Review: The Escape Artist

Yema Stowell 6 November 2013

Let’s just say that I was not expecting that. In all honesty, I was expecting to write a review where I talked primarily about how wonderful David Tennant is and made a number of comparisons to BBC’s Legal Drama, Silk. I certainly did not expect to be clenching my fists in all the suspense, let alone peering through the curtains to make sure that no murder suspect had decided to stand outside my third floor window.

The Escape Artist starts out in a similar way to Silk. Will Burton (Tennant) is at the peak in his career. He wins every case he takes on and lives by the motto that “everyone deserves a defence.” Interspersed with scenes in Chambers are reminders of his happy and fulfilling home life, with his wife (Ashley Jensen) and their only son.

Everything changes, however, when Will is handed a new high-profile case: to defend the man accused of the mutilation and brutal murder of a young woman. Suddenly this fairly ordinary legal drama takes on a new dimension. Music reminiscent of Hitchcock’s Psycho plays in the background, and this simple crime case instantly comes to life testing Will’s very principles.

Toby Kebbell captures the sinister Liam Foyle perfectly, a man bordering on the psychotic, constantly on the edge.

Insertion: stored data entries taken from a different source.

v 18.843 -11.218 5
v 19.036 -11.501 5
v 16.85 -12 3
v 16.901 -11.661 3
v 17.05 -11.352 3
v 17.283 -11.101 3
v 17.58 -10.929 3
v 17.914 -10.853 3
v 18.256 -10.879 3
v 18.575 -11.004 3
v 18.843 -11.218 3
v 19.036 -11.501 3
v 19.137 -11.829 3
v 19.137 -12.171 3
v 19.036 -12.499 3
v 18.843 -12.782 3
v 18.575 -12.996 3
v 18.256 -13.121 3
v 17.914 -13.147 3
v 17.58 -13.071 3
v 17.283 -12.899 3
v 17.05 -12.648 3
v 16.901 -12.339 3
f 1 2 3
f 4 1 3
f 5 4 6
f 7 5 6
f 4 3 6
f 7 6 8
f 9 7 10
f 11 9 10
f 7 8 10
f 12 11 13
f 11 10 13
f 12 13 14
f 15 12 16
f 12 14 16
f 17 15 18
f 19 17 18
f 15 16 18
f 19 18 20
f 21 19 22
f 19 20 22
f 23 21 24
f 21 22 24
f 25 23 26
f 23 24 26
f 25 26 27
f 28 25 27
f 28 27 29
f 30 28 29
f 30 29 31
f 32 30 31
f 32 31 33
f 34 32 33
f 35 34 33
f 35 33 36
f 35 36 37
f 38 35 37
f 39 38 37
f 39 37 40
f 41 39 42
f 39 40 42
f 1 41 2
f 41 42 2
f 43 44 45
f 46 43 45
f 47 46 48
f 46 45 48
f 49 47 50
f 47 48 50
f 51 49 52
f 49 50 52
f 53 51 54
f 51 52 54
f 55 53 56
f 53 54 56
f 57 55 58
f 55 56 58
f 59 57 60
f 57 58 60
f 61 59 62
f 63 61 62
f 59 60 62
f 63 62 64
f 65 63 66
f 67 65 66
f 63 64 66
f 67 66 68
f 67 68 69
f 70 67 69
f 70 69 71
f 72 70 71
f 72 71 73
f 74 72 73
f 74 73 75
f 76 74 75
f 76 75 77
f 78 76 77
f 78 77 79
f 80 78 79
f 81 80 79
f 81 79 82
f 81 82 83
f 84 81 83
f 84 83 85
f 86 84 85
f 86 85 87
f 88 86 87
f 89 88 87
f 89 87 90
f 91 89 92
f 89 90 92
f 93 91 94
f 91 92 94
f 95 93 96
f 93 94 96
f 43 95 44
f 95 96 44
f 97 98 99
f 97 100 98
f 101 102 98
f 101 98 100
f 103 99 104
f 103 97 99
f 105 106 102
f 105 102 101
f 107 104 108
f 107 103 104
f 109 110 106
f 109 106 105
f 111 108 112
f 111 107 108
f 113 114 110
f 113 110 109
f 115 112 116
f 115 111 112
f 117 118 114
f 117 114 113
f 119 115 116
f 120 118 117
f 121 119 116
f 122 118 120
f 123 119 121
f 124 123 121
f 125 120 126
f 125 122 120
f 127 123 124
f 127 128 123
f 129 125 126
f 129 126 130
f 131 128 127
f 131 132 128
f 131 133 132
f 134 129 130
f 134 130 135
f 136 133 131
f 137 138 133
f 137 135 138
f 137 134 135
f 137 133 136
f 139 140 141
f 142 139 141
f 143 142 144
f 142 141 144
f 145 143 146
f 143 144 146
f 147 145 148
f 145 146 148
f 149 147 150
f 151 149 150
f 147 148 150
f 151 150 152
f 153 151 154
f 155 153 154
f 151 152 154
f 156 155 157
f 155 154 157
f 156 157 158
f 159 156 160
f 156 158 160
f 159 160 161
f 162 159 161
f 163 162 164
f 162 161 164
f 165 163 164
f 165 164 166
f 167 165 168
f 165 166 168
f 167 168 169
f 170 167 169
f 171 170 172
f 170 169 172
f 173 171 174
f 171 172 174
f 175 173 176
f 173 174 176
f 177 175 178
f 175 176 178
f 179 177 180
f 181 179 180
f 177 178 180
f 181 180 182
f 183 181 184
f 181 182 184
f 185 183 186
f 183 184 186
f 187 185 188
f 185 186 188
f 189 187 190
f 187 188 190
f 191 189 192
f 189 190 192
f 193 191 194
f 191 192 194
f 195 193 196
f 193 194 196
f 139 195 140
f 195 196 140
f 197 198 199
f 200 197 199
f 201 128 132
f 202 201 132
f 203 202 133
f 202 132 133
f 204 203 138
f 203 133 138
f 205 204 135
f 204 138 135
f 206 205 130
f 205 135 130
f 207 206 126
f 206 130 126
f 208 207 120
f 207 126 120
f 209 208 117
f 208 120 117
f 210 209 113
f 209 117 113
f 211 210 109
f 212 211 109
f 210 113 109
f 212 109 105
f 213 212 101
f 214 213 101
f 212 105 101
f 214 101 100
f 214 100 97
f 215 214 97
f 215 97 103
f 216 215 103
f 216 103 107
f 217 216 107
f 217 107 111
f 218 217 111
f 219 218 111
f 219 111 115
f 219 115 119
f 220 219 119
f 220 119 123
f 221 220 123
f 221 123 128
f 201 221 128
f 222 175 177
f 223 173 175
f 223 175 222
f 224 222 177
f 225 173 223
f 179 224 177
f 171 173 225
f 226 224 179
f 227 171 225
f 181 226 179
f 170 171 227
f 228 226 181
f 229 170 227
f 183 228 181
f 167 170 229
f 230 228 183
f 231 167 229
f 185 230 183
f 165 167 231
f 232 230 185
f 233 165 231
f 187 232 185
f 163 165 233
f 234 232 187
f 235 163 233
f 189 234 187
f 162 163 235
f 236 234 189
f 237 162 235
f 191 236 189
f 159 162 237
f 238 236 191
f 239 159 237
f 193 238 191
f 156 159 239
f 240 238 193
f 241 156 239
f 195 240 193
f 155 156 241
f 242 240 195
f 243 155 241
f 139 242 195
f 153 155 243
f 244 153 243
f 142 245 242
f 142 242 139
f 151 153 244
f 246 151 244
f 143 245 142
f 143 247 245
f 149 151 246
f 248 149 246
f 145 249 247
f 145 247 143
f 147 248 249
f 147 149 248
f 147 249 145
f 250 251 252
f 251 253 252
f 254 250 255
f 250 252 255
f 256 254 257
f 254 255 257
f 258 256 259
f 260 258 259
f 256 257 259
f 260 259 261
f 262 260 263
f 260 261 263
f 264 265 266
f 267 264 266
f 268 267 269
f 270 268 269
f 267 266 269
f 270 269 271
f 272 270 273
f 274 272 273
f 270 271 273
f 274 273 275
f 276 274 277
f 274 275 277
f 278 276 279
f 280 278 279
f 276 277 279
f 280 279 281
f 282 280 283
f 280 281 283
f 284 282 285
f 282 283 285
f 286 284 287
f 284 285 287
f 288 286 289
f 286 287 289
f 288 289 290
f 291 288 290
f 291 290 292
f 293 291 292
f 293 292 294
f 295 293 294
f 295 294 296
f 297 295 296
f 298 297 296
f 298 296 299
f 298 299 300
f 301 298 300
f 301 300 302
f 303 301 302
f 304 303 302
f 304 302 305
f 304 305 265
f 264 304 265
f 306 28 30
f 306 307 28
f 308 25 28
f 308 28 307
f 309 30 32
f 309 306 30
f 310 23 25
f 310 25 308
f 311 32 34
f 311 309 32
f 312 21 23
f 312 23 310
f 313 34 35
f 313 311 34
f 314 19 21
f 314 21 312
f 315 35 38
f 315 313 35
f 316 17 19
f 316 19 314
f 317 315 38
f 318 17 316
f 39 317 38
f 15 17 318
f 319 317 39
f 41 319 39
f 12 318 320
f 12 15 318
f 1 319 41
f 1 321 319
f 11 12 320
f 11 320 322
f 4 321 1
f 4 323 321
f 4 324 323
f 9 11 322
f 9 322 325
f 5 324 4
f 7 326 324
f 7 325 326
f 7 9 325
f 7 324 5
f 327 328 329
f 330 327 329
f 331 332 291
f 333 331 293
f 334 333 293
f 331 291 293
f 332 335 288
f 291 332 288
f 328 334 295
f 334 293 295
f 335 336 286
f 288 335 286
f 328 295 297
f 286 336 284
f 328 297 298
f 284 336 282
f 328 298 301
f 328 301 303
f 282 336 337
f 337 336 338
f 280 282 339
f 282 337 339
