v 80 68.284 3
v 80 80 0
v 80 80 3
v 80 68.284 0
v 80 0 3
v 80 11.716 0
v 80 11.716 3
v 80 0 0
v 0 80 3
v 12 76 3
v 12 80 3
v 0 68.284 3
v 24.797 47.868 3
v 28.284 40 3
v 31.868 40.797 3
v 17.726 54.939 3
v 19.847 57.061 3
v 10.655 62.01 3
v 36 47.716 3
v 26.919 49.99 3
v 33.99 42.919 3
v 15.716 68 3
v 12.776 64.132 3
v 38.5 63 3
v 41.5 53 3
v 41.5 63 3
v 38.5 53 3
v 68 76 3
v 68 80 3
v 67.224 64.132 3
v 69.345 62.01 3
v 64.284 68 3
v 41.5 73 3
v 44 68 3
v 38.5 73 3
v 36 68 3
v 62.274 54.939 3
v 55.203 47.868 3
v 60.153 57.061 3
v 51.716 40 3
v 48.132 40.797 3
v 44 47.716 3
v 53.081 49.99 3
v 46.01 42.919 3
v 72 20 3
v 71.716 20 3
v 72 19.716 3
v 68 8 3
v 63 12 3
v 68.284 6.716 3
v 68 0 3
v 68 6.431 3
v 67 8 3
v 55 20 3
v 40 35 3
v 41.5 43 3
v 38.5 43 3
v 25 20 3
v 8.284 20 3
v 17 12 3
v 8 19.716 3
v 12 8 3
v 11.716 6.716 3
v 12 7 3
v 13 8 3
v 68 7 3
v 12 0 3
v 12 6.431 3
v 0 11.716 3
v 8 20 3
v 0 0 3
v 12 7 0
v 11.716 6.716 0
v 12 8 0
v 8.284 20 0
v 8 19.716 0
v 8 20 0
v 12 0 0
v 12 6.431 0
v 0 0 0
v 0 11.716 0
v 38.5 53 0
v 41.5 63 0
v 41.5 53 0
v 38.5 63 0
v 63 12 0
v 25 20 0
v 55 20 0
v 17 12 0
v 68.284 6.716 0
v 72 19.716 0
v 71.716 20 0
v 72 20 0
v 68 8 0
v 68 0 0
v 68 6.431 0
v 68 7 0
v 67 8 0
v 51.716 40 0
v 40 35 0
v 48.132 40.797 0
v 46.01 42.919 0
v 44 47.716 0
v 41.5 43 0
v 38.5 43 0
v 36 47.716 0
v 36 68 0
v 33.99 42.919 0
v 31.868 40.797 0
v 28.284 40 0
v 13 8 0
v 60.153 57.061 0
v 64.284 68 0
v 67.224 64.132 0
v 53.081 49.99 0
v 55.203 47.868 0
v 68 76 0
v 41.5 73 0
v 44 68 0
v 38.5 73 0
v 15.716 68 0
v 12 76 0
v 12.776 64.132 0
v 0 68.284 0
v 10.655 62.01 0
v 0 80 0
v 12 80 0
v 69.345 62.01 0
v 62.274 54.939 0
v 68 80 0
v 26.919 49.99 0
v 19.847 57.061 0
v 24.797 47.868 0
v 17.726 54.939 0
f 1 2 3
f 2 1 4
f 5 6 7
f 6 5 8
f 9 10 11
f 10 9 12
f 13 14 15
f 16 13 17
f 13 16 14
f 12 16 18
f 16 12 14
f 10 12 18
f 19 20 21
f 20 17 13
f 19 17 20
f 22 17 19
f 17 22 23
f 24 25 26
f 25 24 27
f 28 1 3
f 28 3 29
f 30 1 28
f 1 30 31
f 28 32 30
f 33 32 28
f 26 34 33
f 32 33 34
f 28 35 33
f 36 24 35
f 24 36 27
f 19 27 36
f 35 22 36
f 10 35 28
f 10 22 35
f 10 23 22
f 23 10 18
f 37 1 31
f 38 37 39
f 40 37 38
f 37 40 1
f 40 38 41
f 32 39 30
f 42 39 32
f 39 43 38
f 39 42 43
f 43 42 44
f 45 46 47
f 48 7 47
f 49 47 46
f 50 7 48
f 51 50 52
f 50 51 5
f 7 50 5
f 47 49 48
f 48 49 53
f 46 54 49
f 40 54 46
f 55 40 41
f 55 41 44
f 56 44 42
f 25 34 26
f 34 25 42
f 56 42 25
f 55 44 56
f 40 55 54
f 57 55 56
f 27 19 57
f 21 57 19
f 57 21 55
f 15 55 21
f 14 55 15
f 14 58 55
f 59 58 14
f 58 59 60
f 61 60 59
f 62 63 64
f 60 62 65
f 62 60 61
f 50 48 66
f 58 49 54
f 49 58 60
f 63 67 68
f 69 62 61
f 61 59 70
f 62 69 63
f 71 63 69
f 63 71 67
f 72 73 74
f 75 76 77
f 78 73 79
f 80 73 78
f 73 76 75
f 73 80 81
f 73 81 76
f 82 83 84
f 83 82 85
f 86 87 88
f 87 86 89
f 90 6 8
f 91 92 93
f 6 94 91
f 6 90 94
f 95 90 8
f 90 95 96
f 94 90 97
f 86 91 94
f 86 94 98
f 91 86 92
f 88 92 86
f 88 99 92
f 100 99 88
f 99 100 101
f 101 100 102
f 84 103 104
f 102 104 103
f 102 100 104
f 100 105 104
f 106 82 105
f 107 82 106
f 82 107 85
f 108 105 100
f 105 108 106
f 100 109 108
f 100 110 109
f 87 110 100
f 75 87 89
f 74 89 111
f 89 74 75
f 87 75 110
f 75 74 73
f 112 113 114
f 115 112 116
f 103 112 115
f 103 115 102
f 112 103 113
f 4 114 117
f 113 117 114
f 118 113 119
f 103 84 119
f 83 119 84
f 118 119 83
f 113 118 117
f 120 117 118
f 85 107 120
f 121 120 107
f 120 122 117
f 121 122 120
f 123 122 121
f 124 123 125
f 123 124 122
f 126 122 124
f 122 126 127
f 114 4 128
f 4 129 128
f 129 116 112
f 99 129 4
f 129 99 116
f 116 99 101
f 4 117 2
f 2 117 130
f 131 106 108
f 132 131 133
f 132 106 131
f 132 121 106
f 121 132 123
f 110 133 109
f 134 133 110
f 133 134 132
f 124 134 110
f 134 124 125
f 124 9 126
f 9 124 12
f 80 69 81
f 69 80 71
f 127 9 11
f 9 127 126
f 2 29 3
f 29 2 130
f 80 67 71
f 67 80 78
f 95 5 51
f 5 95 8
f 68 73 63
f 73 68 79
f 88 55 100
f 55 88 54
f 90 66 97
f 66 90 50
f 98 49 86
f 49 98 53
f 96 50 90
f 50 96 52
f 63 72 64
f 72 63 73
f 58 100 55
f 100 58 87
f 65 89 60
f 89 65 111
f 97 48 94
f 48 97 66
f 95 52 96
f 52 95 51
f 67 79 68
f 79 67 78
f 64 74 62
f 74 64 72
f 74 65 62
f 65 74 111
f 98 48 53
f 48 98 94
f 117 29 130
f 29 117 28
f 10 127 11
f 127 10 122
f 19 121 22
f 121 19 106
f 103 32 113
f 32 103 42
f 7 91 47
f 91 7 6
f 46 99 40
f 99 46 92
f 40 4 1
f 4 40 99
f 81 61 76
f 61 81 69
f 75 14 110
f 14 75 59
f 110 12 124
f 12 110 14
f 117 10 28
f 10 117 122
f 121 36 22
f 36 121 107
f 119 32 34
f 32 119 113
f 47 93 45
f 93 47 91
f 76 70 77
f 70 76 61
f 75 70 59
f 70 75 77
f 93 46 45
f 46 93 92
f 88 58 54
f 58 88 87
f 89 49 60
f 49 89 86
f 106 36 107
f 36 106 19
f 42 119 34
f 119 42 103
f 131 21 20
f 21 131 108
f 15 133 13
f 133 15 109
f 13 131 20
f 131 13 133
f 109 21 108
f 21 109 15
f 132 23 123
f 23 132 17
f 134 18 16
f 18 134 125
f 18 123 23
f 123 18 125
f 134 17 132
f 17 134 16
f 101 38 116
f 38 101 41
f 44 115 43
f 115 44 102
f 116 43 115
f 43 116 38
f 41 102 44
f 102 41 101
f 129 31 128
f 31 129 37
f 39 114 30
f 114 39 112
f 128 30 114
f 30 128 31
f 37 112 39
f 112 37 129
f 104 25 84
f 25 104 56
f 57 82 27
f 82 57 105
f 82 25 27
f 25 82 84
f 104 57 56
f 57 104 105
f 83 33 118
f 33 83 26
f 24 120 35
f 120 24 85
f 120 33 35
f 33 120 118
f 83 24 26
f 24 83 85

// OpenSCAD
//Universal car stand for 1/10 touring car

plate = 3;
width = 80;
height = 80; 
leg = 10;
hwcube = 80; //the biggest value of heigth and width

length = 300;

mounthole = 10;

difference() {
union() {

difference() {
	cube([width,height,plate]);

	translate([width/2,height/2-leg/2,0])
	rotate([0,0,180+45])
	cube([hwcube*0.5,hwcube*0.5,plate*3], center =false);

	translate([width/2,0,0])
	rotate([0,0,0])
	cube([width*0.7,height*0.2,plate*3], center = true);

	translate([width/2,height,0])
	rotate([0,0,0])
	cube([width*0.7,height*0.2,plate*3], center = true);
	
	translate([width/2,height*0.9,0])
	rotate([0,0,45])
	cube([hwcube*0.5,hwcube*0.5,plate*3], center = true);

	

	//side cuts
	translate([width,height*0.5,0])
	rotate([0,0,45])
	cube([hwcube*0.5,hwcube*0.5,plate*3], center = true);
	translate([0,height*0.5,0])
	rotate([0,0,45])
	cube([hwcube*0.5,hwcube*0.5,plate*3], center = true);

	

}
	translate([width/2,height*0.9,plate/2])
	rotate([0,0,0])
	cube([width*0.8,height*0.1,plate], center = true);

	translate([width/2,height*0.2,plate/2])
	rotate([0,0,0])
	cube([width*0.8,height*0.1,plate], center = true);


	translate([width/2,height*0.7,plate/2])
	rotate([0,0,90])
	cube([width*0.4,height*0.1,plate], center = true);
		
}
//mounting holes

	translate([width/2,height*0.7,0])
	rotate([0,0,45])
	union() {
	//low left
	translate([-15,0,0])
	cube([plate,mounthole,plate*3], center = true);
	//high left
	translate([-15,20,0])
	cube([plate,mounthole,plate*3], center = true);
	}

	translate([width/2,height*0.7,0])
	rotate([0,0,-45])
	union() {
	//low left
	translate([15,0,0])
	cube([plate,mounthole,plate*3], center = true);
	//high left
	translate([15,20,0])
	cube([plate,mounthole,plate*3], center = true);
	}
	translate([width/2,height*0.6,0])
	rotate([0,0,0])
	union() {
	//low left
	translate([0,0,0])
	cube([plate,mounthole,plate*3], center = true);
	//high left
	translate([0,20,0])
	cube([plate,mounthole,plate*3], center = true);
	}
}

Meanwhile  Tennant is at his best depicting Will, the ordinary family man, torn apart by extreme circumstances. Unfortunately, The Escape Artist does threaten to fall into the stereotypes of the thriller genre: an empty cottage and an abundance of curtain-less windows simply invite misfortune. But with Spooks creator David Wollstonecraft at the helm and a sinister turn of events to follow through, the rest of the three-part series holds a lot of promise. Oh, by the way, did I mention David Tennant?